BEGIN Data shown
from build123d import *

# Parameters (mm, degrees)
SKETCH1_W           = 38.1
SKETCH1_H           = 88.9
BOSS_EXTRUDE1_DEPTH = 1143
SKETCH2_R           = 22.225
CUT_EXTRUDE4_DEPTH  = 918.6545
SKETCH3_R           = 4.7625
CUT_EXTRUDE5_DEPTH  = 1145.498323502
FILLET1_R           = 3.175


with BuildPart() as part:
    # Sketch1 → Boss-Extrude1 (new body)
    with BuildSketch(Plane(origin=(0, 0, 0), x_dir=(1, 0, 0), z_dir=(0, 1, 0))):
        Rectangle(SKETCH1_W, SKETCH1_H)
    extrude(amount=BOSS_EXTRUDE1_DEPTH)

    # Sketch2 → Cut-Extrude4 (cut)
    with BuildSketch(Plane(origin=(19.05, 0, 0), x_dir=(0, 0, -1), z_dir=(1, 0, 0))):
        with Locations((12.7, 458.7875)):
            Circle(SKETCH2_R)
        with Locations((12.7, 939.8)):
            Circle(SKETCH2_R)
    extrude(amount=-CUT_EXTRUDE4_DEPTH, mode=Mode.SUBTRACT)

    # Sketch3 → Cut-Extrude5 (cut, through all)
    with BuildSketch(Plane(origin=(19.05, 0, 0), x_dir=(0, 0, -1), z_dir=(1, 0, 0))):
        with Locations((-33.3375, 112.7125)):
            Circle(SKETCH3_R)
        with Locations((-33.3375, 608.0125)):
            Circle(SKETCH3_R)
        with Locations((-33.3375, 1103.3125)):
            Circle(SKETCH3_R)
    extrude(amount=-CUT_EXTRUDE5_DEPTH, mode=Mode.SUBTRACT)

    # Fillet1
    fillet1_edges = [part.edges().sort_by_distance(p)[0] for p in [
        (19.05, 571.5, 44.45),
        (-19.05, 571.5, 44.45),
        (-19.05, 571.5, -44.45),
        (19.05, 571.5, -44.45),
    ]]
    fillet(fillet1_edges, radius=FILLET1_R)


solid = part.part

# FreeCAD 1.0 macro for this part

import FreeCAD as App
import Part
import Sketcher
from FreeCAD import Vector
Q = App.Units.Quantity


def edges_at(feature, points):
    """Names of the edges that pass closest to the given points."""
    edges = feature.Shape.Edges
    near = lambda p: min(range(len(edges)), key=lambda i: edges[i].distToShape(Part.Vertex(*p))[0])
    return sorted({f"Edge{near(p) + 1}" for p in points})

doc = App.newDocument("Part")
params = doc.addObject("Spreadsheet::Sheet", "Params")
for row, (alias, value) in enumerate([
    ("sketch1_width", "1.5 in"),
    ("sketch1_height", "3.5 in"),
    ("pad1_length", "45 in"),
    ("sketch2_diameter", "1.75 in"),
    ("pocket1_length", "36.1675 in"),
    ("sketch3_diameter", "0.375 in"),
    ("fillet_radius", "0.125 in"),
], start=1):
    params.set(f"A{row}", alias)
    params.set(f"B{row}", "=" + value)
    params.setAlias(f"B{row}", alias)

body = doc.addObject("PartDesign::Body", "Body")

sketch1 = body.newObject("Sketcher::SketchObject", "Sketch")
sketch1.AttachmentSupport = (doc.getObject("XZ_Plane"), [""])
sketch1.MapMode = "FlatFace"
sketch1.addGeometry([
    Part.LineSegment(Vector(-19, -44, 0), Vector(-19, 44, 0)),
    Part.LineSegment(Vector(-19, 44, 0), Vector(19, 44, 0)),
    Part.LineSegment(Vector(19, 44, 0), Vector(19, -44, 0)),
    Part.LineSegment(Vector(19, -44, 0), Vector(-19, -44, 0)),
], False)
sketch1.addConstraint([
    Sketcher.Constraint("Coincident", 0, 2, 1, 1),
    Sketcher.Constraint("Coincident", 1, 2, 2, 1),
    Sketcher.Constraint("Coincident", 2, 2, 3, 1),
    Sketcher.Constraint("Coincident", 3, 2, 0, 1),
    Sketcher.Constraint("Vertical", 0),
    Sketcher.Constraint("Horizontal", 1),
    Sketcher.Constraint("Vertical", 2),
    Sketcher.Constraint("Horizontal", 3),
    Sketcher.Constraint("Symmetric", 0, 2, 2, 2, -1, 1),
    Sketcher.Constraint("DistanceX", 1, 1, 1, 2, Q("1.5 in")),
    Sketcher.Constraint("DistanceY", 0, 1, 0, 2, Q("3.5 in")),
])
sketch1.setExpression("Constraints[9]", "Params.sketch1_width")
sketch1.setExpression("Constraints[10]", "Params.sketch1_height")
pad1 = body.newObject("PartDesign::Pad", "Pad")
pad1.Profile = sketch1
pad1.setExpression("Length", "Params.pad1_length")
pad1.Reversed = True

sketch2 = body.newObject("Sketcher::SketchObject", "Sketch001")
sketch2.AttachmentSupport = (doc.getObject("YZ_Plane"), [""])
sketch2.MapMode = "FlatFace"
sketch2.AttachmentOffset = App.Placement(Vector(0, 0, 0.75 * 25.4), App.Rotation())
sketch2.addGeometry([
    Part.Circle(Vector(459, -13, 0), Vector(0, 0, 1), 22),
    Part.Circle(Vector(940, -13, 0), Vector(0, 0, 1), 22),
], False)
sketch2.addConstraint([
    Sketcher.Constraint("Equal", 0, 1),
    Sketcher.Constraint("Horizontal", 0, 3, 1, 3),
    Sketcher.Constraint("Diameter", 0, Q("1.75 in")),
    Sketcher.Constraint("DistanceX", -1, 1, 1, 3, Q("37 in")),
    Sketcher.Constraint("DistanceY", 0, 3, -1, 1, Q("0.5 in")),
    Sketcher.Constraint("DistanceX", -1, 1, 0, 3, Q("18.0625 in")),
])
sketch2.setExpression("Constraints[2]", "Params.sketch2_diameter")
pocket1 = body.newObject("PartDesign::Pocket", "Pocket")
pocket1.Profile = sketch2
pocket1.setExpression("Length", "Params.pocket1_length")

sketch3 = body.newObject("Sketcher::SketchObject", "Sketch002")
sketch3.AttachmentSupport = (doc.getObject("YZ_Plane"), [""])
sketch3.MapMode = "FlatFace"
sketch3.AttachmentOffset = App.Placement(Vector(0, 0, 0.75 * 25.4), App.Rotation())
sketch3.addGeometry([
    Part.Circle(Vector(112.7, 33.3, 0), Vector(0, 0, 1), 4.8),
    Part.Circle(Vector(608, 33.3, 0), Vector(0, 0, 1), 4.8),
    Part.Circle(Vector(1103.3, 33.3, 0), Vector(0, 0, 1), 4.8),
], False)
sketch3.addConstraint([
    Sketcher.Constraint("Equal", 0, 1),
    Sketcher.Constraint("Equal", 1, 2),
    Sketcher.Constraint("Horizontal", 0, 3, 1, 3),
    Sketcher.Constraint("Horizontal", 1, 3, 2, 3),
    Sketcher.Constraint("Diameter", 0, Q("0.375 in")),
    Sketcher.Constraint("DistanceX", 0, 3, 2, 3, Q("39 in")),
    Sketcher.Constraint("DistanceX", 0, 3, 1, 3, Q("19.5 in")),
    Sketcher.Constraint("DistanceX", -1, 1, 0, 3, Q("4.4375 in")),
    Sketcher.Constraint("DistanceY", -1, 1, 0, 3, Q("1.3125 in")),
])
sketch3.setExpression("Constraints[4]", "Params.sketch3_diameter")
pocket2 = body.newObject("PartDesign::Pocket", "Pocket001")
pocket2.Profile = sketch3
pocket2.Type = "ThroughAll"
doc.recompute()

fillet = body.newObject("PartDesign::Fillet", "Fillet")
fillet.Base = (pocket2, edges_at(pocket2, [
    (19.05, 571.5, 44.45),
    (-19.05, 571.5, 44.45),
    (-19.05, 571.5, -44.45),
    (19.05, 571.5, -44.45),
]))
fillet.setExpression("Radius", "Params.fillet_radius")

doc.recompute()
END Data shown
Task description
Filter the records above and copy every line that contains the word "amount".

Exercise response
    extrude(amount=BOSS_EXTRUDE1_DEPTH)
    extrude(amount=-CUT_EXTRUDE4_DEPTH, mode=Mode.SUBTRACT)
    extrude(amount=-CUT_EXTRUDE5_DEPTH, mode=Mode.SUBTRACT)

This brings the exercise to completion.